=== Task prompt ===
Provide the data again in its entirety, exactly as given.

[Stored items]
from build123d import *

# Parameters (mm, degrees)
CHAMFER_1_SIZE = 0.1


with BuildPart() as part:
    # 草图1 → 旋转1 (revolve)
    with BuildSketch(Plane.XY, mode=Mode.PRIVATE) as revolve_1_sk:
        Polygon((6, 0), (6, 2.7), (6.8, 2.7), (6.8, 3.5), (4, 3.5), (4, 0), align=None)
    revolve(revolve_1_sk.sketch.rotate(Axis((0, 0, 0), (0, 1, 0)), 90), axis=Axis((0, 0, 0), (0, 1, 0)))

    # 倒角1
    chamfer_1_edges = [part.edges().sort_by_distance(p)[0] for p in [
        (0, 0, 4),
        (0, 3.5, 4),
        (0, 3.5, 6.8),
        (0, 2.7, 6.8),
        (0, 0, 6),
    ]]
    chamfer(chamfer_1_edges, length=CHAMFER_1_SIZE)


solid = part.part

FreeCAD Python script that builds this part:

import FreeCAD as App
import Part
import Sketcher

V = App.Vector


def edges_at(feature, points):
    """Names of the edges that pass closest to the given points."""
    edges = feature.Shape.Edges
    near = lambda p: min(range(len(edges)), key=lambda i: edges[i].distToShape(Part.Vertex(*p))[0])
    return sorted({f"Edge{near(p) + 1}" for p in points})

doc = App.newDocument("Part")
body = doc.addObject("PartDesign::Body", "Body")

# Sketch on XY plane
sketch1 = body.newObject("Sketcher::SketchObject", "Sketch")
sketch1.AttachmentSupport = (doc.getObject("XY_Plane"), [""])
sketch1.MapMode = "FlatFace"
sketch1.addGeometry([
    Part.LineSegment(V(6, 0, 0), V(6, 2.7, 0)),  # 0
    Part.LineSegment(V(6, 2.7, 0), V(6.8, 2.7, 0)),  # 1
    Part.LineSegment(V(6.8, 2.7, 0), V(6.8, 3.5, 0)),  # 2
    Part.LineSegment(V(6.8, 3.5, 0), V(4, 3.5, 0)),  # 3
    Part.LineSegment(V(4, 3.5, 0), V(4, 0, 0)),  # 4
    Part.LineSegment(V(4, 0, 0), V(6, 0, 0)),  # 5
], False)
sketch1.addConstraint([
    Sketcher.Constraint("Coincident", 0, 2, 1, 1),
    Sketcher.Constraint("Coincident", 1, 2, 2, 1),
    Sketcher.Constraint("Coincident", 2, 2, 3, 1),
    Sketcher.Constraint("Coincident", 3, 2, 4, 1),
    Sketcher.Constraint("Coincident", 4, 2, 5, 1),
    Sketcher.Constraint("Coincident", 5, 2, 0, 1),
    Sketcher.Constraint("Vertical", 0),
    Sketcher.Constraint("Horizontal", 1),
    Sketcher.Constraint("Vertical", 2),
    Sketcher.Constraint("Horizontal", 3),
    Sketcher.Constraint("Vertical", 4),
    Sketcher.Constraint("Horizontal", 5),
    Sketcher.Constraint("PointOnObject", 4, 2, -1),
    Sketcher.Constraint("Equal", 1, 2),
    Sketcher.Constraint("DistanceX", 5, 1, 5, 2, 2.0),
    Sketcher.Constraint("DistanceX", 1, 1, 1, 2, 0.8),
    Sketcher.Constraint("DistanceY", 0, 1, 0, 2, 2.7),
    Sketcher.Constraint("DistanceX", -1, 1, 0, 2, 6.0),
])
revolution = body.newObject("PartDesign::Revolution", "Revolution")
revolution.Profile = sketch1
revolution.ReferenceAxis = (sketch1, ["V_Axis"])
revolution.Angle = 360
doc.recompute()

chamfer = body.newObject("PartDesign::Chamfer", "Chamfer")
chamfer.Base = (revolution, edges_at(revolution, [
    (0, 0, 4),
    (0, 3.5, 4),
    (0, 3.5, 6.8),
    (0, 2.7, 6.8),
    (0, 0, 6),
]))
chamfer.Size = 0.1

doc.recompute()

=== Reply to the exercise ===
from build123d import *

# Parameters (mm, degrees)
CHAMFER_1_SIZE = 0.1


with BuildPart() as part:
    # 草图1 → 旋转1 (revolve)
    with BuildSketch(Plane.XY, mode=Mode.PRIVATE) as revolve_1_sk:
        Polygon((6, 0), (6, 2.7), (6.8, 2.7), (6.8, 3.5), (4, 3.5), (4, 0), align=None)
    revolve(revolve_1_sk.sketch.rotate(Axis((0, 0, 0), (0, 1, 0)), 90), axis=Axis((0, 0, 0), (0, 1, 0)))

    # 倒角1
    chamfer_1_edges = [part.edges().sort_by_distance(p)[0] for p in [
        (0, 0, 4),
        (0, 3.5, 4),
        (0, 3.5, 6.8),
        (0, 2.7, 6.8),
        (0, 0, 6),
    ]]
    chamfer(chamfer_1_edges, length=CHAMFER_1_SIZE)


solid = part.part

FreeCAD Python script that builds this part:

import FreeCAD as App
import Part
import Sketcher

V = App.Vector


def edges_at(feature, points):
    """Names of the edges that pass closest to the given points."""
    edges = feature.Shape.Edges
    near = lambda p: min(range(len(edges)), key=lambda i: edges[i].distToShape(Part.Vertex(*p))[0])
    return sorted({f"Edge{near(p) + 1}" for p in points})

doc = App.newDocument("Part")
body = doc.addObject("PartDesign::Body", "Body")

# Sketch on XY plane
sketch1 = body.newObject("Sketcher::SketchObject", "Sketch")
sketch1.AttachmentSupport = (doc.getObject("XY_Plane"), [""])
sketch1.MapMode = "FlatFace"
sketch1.addGeometry([
    Part.LineSegment(V(6, 0, 0), V(6, 2.7, 0)),  # 0
    Part.LineSegment(V(6, 2.7, 0), V(6.8, 2.7, 0)),  # 1
    Part.LineSegment(V(6.8, 2.7, 0), V(6.8, 3.5, 0)),  # 2
    Part.LineSegment(V(6.8, 3.5, 0), V(4, 3.5, 0)),  # 3
    Part.LineSegment(V(4, 3.5, 0), V(4, 0, 0)),  # 4
    Part.LineSegment(V(4, 0, 0), V(6, 0, 0)),  # 5
], False)
sketch1.addConstraint([
    Sketcher.Constraint("Coincident", 0, 2, 1, 1),
    Sketcher.Constraint("Coincident", 1, 2, 2, 1),
    Sketcher.Constraint("Coincident", 2, 2, 3, 1),
    Sketcher.Constraint("Coincident", 3, 2, 4, 1),
    Sketcher.Constraint("Coincident", 4, 2, 5, 1),
    Sketcher.Constraint("Coincident", 5, 2, 0, 1),
    Sketcher.Constraint("Vertical", 0),
    Sketcher.Constraint("Horizontal", 1),
    Sketcher.Constraint("Vertical", 2),
    Sketcher.Constraint("Horizontal", 3),
    Sketcher.Constraint("Vertical", 4),
    Sketcher.Constraint("Horizontal", 5),
    Sketcher.Constraint("PointOnObject", 4, 2, -1),
    Sketcher.Constraint("Equal", 1, 2),
    Sketcher.Constraint("DistanceX", 5, 1, 5, 2, 2.0),
    Sketcher.Constraint("DistanceX", 1, 1, 1, 2, 0.8),
    Sketcher.Constraint("DistanceY", 0, 1, 0, 2, 2.7),
    Sketcher.Constraint("DistanceX", -1, 1, 0, 2, 6.0),
])
revolution = body.newObject("PartDesign::Revolution", "Revolution")
revolution.Profile = sketch1
revolution.ReferenceAxis = (sketch1, ["V_Axis"])
revolution.Angle = 360
doc.recompute()

chamfer = body.newObject("PartDesign::Chamfer", "Chamfer")
chamfer.Base = (revolution, edges_at(revolution, [
    (0, 0, 4),
    (0, 3.5, 4),
    (0, 3.5, 6.8),
    (0, 2.7, 6.8),
    (0, 0, 6),
]))
chamfer.Size = 0.1

doc.recompute()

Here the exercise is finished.